Our best practices to secure Kubernetes execution units

Why do we need to secure Kubernetes execution units?

As the most famous container orchestrator, Kubernetes must be well-secured because it is a target choice for hackers. They could escape from a container to gain more access and full access to your cluster. As a cybersecurity engineer, you must protect your pods and nodes from these threats. Whether you're a SecOps professional, a CTO, or a manager, these recommendations are crucial to safeguard your containerized applications.

What are the best practices to securely deploy execution units?

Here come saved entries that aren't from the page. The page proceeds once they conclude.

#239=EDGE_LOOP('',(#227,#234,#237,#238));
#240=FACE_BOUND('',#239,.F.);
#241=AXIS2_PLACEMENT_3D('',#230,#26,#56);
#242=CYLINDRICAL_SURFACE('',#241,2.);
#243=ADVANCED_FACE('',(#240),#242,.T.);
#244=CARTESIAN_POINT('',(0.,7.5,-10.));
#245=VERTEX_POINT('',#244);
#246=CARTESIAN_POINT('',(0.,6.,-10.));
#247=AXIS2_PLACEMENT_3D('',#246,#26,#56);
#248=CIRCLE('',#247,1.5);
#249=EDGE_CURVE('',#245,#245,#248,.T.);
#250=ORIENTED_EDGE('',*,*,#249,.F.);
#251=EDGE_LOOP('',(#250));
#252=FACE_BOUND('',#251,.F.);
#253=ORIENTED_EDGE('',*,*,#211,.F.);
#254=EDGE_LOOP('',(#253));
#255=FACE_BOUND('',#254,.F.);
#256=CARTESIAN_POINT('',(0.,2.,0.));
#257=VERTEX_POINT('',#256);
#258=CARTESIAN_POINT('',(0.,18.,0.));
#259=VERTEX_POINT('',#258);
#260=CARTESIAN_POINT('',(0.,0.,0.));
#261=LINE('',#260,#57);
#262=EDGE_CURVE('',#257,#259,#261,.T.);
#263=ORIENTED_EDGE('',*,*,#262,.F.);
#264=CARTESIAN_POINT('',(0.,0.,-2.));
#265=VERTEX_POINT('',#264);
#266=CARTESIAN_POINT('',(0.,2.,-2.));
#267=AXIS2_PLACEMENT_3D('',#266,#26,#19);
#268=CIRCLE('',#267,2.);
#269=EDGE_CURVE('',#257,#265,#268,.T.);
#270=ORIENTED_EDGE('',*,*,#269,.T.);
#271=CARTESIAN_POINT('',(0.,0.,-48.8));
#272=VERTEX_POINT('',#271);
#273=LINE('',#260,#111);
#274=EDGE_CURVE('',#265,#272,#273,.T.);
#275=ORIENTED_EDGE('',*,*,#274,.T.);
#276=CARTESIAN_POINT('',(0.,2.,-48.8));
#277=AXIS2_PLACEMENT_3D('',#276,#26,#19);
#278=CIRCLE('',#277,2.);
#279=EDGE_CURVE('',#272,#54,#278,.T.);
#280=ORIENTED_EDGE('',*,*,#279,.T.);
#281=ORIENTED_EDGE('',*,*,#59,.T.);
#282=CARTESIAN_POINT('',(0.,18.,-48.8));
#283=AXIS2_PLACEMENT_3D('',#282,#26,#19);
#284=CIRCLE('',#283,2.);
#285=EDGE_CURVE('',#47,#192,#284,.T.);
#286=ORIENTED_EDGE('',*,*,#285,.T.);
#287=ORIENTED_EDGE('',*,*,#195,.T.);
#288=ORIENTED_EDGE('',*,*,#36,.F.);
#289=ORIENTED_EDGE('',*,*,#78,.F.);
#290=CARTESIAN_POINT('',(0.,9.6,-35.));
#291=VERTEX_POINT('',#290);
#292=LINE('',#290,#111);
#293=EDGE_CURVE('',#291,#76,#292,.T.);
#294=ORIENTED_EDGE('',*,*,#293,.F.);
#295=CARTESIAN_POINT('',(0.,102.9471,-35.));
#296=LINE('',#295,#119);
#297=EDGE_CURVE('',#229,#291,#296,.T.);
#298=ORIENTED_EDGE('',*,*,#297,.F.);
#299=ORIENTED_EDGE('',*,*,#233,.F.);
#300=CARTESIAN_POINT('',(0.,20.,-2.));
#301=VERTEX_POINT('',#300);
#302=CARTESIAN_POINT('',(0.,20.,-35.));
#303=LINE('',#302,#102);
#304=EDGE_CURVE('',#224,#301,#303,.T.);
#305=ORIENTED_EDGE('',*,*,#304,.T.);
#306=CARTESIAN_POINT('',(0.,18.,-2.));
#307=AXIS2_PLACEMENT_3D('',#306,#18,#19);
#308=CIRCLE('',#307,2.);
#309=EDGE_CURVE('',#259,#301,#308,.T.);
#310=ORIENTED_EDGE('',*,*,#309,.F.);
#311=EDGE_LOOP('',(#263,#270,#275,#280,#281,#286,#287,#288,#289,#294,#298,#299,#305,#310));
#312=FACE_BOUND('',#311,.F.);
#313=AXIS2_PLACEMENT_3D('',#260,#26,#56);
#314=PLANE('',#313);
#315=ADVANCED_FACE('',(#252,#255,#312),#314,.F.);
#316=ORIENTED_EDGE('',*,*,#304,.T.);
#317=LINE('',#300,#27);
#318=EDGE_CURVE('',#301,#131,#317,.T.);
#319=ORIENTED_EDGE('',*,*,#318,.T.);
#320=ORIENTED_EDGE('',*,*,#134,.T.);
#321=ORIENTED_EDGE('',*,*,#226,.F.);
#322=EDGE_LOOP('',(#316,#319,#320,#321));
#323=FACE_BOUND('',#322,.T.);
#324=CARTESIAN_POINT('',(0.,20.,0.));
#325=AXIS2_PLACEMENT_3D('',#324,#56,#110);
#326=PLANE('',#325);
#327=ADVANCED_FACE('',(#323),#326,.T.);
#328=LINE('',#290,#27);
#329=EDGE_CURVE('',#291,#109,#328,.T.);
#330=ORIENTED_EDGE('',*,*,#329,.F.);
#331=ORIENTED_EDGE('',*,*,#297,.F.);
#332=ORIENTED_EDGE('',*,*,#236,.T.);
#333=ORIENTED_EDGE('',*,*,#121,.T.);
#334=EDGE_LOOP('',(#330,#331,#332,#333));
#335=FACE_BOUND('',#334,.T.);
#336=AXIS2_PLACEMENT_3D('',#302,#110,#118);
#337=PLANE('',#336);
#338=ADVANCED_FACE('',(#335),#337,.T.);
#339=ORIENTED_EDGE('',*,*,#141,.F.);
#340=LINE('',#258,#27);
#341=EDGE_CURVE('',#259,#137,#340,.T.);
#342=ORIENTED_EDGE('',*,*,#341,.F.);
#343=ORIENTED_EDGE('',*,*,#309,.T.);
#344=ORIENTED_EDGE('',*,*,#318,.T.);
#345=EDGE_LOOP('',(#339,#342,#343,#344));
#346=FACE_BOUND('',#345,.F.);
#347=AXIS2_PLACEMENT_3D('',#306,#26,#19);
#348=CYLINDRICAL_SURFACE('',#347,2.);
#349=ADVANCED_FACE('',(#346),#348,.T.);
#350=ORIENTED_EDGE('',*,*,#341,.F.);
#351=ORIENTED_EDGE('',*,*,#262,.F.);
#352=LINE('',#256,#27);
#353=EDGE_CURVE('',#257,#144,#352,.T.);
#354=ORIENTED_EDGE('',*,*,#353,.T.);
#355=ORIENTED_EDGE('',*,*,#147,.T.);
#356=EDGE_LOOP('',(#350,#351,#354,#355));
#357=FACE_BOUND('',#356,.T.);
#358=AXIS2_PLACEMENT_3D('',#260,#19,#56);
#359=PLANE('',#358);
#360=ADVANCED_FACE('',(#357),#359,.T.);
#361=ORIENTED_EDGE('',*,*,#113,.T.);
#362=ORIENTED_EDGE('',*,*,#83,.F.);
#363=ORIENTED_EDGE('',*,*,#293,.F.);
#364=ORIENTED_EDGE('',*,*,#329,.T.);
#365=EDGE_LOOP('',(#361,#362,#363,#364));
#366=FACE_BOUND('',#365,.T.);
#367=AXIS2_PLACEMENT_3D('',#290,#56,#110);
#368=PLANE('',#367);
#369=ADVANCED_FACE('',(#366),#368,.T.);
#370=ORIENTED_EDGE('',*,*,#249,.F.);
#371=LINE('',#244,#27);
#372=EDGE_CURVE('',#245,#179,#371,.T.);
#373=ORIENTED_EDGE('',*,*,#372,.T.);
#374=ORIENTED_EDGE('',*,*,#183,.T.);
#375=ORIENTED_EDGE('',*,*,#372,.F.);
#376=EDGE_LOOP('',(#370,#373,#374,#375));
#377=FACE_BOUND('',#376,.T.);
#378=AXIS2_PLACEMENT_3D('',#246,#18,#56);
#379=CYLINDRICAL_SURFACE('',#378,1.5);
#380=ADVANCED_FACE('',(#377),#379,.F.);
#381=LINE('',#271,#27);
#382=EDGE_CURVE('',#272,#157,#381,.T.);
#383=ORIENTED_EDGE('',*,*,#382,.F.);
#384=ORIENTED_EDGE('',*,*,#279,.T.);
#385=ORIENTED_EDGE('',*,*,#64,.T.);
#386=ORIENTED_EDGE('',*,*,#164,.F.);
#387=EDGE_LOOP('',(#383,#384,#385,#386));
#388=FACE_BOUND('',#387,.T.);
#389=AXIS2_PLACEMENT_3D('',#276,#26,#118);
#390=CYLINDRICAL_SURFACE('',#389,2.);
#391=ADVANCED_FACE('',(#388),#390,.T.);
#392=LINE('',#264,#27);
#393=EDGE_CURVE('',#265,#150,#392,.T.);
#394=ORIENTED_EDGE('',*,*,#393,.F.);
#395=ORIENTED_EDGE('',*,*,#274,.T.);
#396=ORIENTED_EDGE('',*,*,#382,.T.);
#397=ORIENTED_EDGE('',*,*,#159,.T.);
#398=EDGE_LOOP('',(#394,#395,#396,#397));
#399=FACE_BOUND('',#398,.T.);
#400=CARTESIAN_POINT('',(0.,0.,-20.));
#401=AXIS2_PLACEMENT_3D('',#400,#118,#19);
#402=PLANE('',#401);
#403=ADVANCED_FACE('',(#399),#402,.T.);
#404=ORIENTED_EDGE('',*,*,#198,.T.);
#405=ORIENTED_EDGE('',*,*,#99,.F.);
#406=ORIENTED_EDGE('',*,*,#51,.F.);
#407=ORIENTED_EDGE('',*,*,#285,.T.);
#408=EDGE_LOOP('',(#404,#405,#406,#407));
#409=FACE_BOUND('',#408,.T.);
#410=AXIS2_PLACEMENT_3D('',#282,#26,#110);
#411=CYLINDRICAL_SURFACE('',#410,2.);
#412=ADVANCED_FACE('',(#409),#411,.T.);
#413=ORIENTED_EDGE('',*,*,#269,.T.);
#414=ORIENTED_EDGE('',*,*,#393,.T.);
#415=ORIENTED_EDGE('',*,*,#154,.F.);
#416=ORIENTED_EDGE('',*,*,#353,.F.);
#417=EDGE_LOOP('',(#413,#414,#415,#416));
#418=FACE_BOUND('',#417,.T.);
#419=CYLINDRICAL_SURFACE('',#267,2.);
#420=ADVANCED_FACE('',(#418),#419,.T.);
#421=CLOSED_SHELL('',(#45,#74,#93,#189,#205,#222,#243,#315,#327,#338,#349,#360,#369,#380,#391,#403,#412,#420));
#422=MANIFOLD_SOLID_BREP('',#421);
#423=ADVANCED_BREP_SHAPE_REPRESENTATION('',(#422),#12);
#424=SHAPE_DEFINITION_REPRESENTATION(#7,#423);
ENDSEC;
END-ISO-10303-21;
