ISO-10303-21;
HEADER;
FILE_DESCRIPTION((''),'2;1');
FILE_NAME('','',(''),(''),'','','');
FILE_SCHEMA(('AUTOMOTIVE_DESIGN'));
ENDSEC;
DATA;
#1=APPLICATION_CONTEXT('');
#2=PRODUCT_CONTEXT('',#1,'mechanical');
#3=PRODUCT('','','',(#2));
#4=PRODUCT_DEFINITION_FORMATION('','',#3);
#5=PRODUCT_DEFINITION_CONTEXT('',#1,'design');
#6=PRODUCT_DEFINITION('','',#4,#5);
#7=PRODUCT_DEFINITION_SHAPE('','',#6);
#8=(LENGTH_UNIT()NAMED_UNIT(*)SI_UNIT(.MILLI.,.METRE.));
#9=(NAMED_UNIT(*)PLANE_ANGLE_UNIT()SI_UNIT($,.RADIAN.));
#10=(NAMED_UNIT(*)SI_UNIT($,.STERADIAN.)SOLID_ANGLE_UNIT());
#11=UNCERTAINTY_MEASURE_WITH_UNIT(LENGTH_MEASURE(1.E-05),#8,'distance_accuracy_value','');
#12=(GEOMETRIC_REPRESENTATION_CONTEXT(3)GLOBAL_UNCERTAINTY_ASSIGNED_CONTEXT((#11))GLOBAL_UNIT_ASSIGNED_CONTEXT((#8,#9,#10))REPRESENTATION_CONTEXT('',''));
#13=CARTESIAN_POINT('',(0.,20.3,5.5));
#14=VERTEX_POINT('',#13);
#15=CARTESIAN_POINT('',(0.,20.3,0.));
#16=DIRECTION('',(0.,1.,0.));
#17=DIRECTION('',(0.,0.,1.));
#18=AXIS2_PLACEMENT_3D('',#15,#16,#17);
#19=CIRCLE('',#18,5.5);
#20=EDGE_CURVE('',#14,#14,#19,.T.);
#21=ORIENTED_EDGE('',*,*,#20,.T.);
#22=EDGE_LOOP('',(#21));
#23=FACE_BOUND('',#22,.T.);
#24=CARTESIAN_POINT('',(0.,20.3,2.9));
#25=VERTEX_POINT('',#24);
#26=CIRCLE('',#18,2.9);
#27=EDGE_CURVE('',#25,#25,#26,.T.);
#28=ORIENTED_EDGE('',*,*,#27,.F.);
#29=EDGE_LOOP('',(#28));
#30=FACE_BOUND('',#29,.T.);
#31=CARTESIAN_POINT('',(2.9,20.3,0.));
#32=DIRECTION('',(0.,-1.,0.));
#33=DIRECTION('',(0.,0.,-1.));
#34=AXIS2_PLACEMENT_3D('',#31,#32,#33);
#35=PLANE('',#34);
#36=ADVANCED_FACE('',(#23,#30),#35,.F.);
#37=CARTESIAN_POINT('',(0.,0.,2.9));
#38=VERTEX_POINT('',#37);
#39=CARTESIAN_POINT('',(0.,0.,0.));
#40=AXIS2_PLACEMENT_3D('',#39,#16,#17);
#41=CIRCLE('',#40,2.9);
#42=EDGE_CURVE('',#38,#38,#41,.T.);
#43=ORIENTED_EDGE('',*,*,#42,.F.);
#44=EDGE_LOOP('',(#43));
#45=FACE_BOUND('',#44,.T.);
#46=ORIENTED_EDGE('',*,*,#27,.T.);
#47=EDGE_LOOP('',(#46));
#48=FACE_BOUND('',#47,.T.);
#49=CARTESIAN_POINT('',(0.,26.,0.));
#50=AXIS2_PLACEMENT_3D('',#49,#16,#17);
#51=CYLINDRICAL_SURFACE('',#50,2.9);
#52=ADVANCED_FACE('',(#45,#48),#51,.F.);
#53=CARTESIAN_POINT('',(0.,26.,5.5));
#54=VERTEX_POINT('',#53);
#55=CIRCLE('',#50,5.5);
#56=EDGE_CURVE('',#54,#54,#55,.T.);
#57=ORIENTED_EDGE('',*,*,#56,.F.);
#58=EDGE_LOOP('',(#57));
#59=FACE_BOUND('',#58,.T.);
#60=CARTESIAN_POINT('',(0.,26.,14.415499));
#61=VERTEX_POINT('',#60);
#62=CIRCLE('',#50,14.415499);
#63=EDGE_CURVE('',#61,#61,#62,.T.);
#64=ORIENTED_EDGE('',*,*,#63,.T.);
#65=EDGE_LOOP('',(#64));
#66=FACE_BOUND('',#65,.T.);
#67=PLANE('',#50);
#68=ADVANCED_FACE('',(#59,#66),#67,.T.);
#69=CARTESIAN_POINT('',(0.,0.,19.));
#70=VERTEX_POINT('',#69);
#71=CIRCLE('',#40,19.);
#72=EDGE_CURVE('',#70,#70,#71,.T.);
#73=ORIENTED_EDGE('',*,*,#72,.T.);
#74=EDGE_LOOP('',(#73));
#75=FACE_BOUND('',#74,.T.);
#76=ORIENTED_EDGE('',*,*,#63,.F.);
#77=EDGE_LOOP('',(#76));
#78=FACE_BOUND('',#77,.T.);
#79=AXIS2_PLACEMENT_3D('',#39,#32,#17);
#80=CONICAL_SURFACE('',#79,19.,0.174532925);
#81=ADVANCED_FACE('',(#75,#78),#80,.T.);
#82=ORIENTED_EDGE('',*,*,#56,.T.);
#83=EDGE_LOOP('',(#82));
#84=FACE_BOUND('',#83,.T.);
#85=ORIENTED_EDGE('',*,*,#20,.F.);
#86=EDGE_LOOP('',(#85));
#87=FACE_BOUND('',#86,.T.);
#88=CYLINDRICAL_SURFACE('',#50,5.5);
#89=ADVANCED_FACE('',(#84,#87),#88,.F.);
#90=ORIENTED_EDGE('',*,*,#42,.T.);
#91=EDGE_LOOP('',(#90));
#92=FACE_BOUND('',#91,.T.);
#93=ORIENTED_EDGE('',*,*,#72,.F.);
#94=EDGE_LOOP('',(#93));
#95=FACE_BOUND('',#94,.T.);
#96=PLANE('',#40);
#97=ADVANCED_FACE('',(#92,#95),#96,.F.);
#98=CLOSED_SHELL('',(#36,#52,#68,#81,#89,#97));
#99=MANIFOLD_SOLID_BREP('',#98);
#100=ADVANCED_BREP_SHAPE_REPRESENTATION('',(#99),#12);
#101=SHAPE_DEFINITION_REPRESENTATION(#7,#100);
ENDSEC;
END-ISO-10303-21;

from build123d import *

# Parameters (mm, degrees)
SKETCH1_R                                        = 19
BOSS_EXTRUDE1_DEPTH                              = 26
BOSS_EXTRUDE1_TAPER                              = 10
CBORE_FOR_M5_PAN_HEAD_MACHINE_SCREW1_D           = 5.8
CBORE_FOR_M5_PAN_HEAD_MACHINE_SCREW1_CBORE_D     = 11
CBORE_FOR_M5_PAN_HEAD_MACHINE_SCREW1_CBORE_DEPTH = 5.7


with BuildPart() as part:
    # Sketch1 → Boss-Extrude1 (new body)
    with BuildSketch(Plane(origin=(0, 0, 0), x_dir=(1, 0, 0), z_dir=(0, 1, 0))):
        Circle(SKETCH1_R)
    extrude(amount=BOSS_EXTRUDE1_DEPTH, taper=BOSS_EXTRUDE1_TAPER)

    # CBORE for M5 Pan Head Machine Screw1 (through all)
    with Locations(Plane(origin=(0, 26, 0), x_dir=(1, 0, 0), z_dir=(0, 1, 0))):
        with Locations((0, 0)):
            CounterBoreHole(CBORE_FOR_M5_PAN_HEAD_MACHINE_SCREW1_D / 2, CBORE_FOR_M5_PAN_HEAD_MACHINE_SCREW1_CBORE_D / 2, CBORE_FOR_M5_PAN_HEAD_MACHINE_SCREW1_CBORE_DEPTH)


solid = part.part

One of the first steps in securing your cluster is configuring resource usage limitations to prevent denial-of-service attacks and crypto jacking. You must apply a placement policy to prevent a hacker from placing pods wherever he wants. Also, the resources deployed in your cluster must be reduced to only what is necessary.

Finally, you must use RBAC policies for nodes and pods. To protect against container escape, you should add capabilities and run them as unpriviledged.

I configure resources limitation

Recommendation: Limiting resource usage on a cluster.

Kubernetes allows for fine-grained control over resource utilization, which is essential for maintaining system stability and preventing resource exhaustion. Ensure that memory limits are set for workloads, with limits equal to or less than the requested resources. For sensitive workloads, consider setting CPU limits as well.

Risks Addressed: This practice mitigates the risk of resource contention, which could lead to performance degradation or denial of service attacks and cryptojacking on the cluster.

I have kernel protection for my containers

Recommendation: Prevent containers from loading unwanted kernel modules.

Kubernetes nodes should be shielded from unauthorized kernel module loading. Enable Seccomp with appropriate syscalls profiles for programs, and when available, deploy OS-hardening frameworks like AppArmor or SELinux on nodes. Regularly collect and analyze OS logs to detect possible breaches.

Risks Addressed: These measures fortify the node's defense against privilege escalation attacks and malicious kernel module loading, enhancing overall system security.

I apply a placement control policy

Recommendation: Controlling which nodes pods may access.

Effective pod placement is crucial for security. Ensure that pod placement aligns with your applications' sensitivity tiers. Sensitive applications should run in isolation on dedicated nodes using taints and tolerations.

Risks Addressed: Proper pod placement mitigates the risk of sensitive workloads coexisting with less secure ones, reducing the likelihood of data leakage or unauthorized access.

I configure RBAC for my execution units

Recommendation: RBAC rights for workload management.

Restrict RBAC (Role-Based Access Control) rights to create, update, patch, and delete workloads only for those who need them. Utilize RBAC policies to manage users' and services' access to pods within the cluster. Additionally, leverage admission controllers to enforce additional rules based on RBAC.

Risks Addressed: Proper RBAC configuration prevents unauthorized access and modification of workloads, enhancing overall cluster security.

I minimize my resources to only what is necessary

Recommendation: Minimize unnecessary content in container images.

Trim container images to eliminate extraneous applications, libraries, and OS components, reducing the attack surface. Consider provisioning nodes with minimalist Linux distributions, such as Alpine Linux. Eliminate unnecessary user accounts.

Risks Addressed: Reducing the attack surface limits the potential entry point for attackers, making it harder for them to compromise your system.

I run my containers as unprivileged

Recommendation: Controlling what privileges containers run with.

Containers should run with minimal privileges to reduce the attack surface. Configure container images to run as unprivileged users and avoid running anything as root unless strictly necessary. Security contexts can define the privilege level at which pods run.

Risks Addressed: Limiting privileges decreases the likelihood of a compromised container gaining unauthorized access to the host system.

Conclusion

By following the best practices presented in this article, you can significantly reduce the risk of compromising Kubernetes pods and nodes and improve the overall security of your infrastructure.